Claim: The government has implemented 82% of its electoral manifesto.

Verdict: The government’s online tracker, used to track progress on each electoral promise, shows this to be the case. But this does not mean that 82% of its proposals have been completed. Instead, the system tallies progress on different milestones set for each electoral pledge.


In a press conference to mark the government’s fourth year of the legislature on March 26, Prime Minister Robert Abela claimed his government had implemented 82% of its manifesto.

The claim was instantly met with scepticism. Journalists at the press conference pressed him on several of the manifesto’s key promises that failed to materialise, from the pedestrianisation of Floriana’s St Anne’s Street to that of San Ġwann’s main thoroughfare.

Similarly, many on social media poked fun at the claim, saying the 82% figure beggared belief.

This is not the first time Abela, or other government officials, have made such claims.

In June 2025, Abela said 70% of the government’s manifesto had been implemented. Likewise, in the summer of 2020, then-Minister Carmelo Abela had said the government’s implementation rate was at 76%.
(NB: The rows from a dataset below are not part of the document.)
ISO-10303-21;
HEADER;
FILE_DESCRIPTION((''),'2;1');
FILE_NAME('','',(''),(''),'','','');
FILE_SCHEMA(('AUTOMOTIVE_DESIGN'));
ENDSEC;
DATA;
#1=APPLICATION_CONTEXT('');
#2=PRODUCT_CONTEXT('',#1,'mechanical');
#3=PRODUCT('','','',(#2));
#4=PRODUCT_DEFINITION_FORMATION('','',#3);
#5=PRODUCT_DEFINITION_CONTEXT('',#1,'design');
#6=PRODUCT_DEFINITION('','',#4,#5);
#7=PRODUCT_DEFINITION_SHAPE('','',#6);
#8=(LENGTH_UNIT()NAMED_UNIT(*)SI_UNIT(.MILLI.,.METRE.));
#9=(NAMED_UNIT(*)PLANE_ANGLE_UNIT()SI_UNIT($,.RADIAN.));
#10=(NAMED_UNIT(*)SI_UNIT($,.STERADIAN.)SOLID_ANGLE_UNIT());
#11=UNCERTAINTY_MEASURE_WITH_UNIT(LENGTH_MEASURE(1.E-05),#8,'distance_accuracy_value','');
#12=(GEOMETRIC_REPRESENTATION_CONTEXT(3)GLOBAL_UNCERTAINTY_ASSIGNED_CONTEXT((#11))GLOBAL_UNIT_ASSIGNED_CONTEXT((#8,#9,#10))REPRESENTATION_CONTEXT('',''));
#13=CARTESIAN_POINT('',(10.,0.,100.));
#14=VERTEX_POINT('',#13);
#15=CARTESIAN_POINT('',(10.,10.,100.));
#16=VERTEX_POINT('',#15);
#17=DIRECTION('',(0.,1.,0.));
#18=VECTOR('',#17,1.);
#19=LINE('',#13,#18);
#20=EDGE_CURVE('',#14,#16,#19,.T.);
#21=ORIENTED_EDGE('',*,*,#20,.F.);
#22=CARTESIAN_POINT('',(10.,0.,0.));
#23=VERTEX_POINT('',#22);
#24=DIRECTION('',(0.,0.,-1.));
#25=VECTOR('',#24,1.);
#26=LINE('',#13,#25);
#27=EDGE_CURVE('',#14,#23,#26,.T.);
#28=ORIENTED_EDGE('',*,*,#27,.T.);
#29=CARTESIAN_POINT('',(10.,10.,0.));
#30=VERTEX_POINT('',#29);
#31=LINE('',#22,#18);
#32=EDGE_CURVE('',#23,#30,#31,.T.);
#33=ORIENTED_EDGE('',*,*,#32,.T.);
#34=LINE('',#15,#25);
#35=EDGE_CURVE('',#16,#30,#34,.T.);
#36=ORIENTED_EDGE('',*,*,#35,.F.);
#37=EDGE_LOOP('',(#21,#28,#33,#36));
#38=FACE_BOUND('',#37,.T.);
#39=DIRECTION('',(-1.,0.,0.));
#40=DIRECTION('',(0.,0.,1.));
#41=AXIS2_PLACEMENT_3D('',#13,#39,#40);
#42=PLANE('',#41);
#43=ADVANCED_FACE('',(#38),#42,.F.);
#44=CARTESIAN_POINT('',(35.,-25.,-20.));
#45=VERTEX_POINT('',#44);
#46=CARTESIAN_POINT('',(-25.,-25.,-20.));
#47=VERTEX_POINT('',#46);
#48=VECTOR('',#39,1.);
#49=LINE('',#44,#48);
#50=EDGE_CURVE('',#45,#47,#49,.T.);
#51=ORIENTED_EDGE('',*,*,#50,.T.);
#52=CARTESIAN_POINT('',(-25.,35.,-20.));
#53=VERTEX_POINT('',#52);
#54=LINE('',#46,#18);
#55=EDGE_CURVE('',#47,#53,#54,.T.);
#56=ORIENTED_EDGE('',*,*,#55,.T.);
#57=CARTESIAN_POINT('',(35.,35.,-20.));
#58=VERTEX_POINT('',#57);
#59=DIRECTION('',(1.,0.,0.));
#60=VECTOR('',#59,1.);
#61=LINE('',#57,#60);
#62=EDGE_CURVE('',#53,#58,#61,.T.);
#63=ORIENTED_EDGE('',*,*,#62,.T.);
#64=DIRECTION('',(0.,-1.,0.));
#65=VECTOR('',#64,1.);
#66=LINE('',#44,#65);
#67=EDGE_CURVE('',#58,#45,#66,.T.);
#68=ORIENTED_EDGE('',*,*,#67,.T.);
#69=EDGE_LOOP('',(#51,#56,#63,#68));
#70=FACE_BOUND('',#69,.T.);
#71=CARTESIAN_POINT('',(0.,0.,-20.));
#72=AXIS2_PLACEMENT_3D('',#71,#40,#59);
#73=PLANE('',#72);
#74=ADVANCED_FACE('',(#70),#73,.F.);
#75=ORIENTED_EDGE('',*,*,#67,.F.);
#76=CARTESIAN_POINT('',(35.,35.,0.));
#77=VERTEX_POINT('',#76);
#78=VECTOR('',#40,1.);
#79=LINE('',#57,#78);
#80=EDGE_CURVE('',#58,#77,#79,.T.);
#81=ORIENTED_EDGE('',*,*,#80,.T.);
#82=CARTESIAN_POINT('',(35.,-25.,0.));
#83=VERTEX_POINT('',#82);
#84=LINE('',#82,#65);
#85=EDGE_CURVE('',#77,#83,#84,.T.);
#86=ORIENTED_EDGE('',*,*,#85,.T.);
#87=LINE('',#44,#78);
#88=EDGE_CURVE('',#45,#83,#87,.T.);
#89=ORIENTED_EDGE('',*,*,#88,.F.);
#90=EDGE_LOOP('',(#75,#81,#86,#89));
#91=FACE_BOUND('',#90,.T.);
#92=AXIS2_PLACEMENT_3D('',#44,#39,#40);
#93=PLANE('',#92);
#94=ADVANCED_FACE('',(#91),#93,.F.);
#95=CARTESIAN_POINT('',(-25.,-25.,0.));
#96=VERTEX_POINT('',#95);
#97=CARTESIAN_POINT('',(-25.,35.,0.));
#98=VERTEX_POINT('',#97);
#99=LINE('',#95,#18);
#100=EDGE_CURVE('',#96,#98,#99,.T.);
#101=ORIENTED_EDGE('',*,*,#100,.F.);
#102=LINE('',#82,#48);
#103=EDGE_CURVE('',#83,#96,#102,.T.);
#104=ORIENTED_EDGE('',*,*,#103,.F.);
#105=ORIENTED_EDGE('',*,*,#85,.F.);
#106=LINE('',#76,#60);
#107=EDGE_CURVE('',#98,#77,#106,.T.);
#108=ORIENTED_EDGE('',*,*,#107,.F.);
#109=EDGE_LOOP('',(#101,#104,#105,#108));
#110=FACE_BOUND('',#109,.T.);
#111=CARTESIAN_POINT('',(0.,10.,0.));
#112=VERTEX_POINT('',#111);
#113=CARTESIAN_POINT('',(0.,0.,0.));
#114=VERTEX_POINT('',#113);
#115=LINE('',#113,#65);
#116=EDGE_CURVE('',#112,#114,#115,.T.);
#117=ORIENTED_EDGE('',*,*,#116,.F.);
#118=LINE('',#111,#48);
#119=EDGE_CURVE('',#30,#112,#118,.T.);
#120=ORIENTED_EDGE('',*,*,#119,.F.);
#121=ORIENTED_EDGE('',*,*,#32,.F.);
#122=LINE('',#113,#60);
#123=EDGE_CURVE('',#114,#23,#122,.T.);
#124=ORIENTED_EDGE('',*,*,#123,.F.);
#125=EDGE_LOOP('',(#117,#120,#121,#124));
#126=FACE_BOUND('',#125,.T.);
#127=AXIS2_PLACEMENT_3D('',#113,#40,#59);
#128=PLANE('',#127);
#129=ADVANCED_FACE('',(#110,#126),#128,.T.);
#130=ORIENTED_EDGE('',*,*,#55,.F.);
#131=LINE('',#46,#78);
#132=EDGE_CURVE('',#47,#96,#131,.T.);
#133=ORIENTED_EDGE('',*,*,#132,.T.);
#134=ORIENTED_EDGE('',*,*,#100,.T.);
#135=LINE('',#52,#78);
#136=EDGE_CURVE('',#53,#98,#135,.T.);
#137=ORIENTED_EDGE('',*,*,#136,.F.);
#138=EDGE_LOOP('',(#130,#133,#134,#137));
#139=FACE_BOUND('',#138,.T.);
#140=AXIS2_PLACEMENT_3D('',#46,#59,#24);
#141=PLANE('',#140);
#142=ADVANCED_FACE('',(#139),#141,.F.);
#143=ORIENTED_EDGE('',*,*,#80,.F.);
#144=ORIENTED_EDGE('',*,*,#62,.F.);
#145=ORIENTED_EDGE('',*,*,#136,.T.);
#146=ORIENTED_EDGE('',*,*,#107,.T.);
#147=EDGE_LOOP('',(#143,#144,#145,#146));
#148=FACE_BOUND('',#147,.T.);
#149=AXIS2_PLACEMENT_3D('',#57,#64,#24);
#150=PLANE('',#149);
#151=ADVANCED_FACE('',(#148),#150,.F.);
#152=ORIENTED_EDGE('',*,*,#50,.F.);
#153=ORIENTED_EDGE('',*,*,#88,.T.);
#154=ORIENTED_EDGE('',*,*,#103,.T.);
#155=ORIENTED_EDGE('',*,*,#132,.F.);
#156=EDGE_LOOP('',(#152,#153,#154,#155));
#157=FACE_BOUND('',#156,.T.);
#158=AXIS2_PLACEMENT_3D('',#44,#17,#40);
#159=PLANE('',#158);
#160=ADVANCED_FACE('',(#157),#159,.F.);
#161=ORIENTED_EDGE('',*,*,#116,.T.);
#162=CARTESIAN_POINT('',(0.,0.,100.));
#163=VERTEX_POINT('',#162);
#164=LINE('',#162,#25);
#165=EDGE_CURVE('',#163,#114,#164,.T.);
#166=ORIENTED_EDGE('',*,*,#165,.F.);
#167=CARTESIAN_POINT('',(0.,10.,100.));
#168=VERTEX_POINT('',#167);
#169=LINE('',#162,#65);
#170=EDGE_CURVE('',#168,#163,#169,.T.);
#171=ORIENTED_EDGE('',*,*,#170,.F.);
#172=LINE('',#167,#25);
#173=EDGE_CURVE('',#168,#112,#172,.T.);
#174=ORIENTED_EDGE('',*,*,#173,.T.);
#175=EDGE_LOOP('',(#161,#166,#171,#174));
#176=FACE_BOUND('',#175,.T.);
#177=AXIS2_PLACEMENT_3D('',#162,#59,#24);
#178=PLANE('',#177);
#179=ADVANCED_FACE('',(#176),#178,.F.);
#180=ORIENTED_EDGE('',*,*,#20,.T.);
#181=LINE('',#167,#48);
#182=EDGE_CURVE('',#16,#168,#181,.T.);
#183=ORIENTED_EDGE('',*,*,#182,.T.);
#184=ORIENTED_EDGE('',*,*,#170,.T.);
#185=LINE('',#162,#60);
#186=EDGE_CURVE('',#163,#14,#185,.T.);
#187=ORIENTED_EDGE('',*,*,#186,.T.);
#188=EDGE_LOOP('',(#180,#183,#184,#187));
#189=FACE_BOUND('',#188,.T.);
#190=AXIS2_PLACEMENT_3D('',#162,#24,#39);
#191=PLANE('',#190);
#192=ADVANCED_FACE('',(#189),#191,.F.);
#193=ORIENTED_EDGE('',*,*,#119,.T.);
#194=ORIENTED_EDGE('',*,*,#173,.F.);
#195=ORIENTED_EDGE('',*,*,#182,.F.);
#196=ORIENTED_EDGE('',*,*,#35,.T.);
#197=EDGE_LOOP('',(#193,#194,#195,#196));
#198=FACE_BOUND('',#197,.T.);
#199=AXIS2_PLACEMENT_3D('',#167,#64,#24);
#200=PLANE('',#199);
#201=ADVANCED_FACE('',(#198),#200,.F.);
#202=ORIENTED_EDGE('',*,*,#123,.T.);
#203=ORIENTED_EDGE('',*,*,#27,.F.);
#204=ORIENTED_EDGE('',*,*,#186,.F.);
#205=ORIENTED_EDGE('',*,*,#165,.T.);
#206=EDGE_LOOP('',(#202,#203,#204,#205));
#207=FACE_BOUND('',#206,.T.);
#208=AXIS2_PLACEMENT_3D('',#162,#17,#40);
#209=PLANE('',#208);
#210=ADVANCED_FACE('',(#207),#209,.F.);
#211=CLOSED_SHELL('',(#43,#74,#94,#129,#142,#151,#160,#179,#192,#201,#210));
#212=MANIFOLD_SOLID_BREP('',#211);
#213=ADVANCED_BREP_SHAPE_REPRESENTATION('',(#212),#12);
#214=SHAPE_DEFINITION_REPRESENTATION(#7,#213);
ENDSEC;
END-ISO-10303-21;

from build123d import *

# Parameters (mm, degrees)
SKETCH_1_W      = 10
SKETCH_1_H      = 10
EXTRUDE_1_DEPTH = 100
SKETCH_2_W      = 60
SKETCH_2_H      = 60
EXTRUDE_2_DEPTH = 20


with BuildPart() as part:
    # 草图1 → 凸台-拉伸1 (new body)
    with BuildSketch(Plane.XY):
        with Locations((5, 5)):
            Rectangle(SKETCH_1_W, SKETCH_1_H)
    extrude(amount=EXTRUDE_1_DEPTH)

    # 草图2 → 凸台-拉伸2 (add)
    with BuildSketch(Plane(origin=(0, 0, 0), x_dir=(-1, 0, 0), z_dir=(0, 0, -1))):
        with Locations((-5, 5)):
            Rectangle(SKETCH_2_W, SKETCH_2_H)
    extrude(amount=EXTRUDE_2_DEPTH)


solid = part.part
Times of Malta reached out to the Prime Minister’s office (OPM) to ask how they reached these figures and what they mean.

A bumper manifesto

Labour was re-elected in 2022 on the back of a mammoth 288-page manifesto, over 100 pages longer than the one it had presented ahead of the previous election in 2017.

The manifesto featured a range of electoral promises across all the areas one would typically expect in the run-up to an election, from education to the economy, social measures and the environment.

Ultimately, the manifesto promised a neat 1,000 measures in total.

Robert Abela on the campaign trail in February 2022. File photo

So if 82% was implemented, that means 820 proposals are ready, right?

Not quite.

OPM officials say the 82% figure doesn’t refer to the number of proposals successfully ticked off the list.

Rather, this figure tallies up the current state of all 1,000 proposals through an online system devised specifically by the government’s IT authority, MITA, to track the progress of each ministry as time goes by.

So while this covers proposals that are fully implemented, it also includes others that are part-way there, as well as those that have barely gotten off the ground.

In the government’s previous two legislatures, this figure hovered around the 90% mark when the term was up, they say.

How do they quantify this?

Officials say each of the 1,000 proposals is divided into several deliverables, each of them allocated a specific weighting depending on how crucial they are and how much work they involve.

For instance, a promise to build a park would be split across several deliverables. The first deliverable could be identifying a site for the park, followed by others related to obtaining permits for works, issuing tenders to engage workers and, finally, actually carrying out the works.

Whenever one deliverable is completed, the proposal’s implementation rate (and, consequently, that of the manifesto as a whole) rises accordingly.

OPM officials say they keep tabs on the progress of each electoral promise through receiving monthly updates from each ministry or government entity.

So how many proposals are actually ready?

According to OPM officials, 802 of the 1,000 electoral promises have been fully completed, not far short of the 82% figure cited by Abela.

When tallied up with those that are still in the works, the 82% figure emerges, they say.

The online system, seen by Times of Malta, would appear to confirm this to be the case.

Government officials say none of the 1,000 proposals in the manifesto have been abandoned, although some may be lagging behind schedule.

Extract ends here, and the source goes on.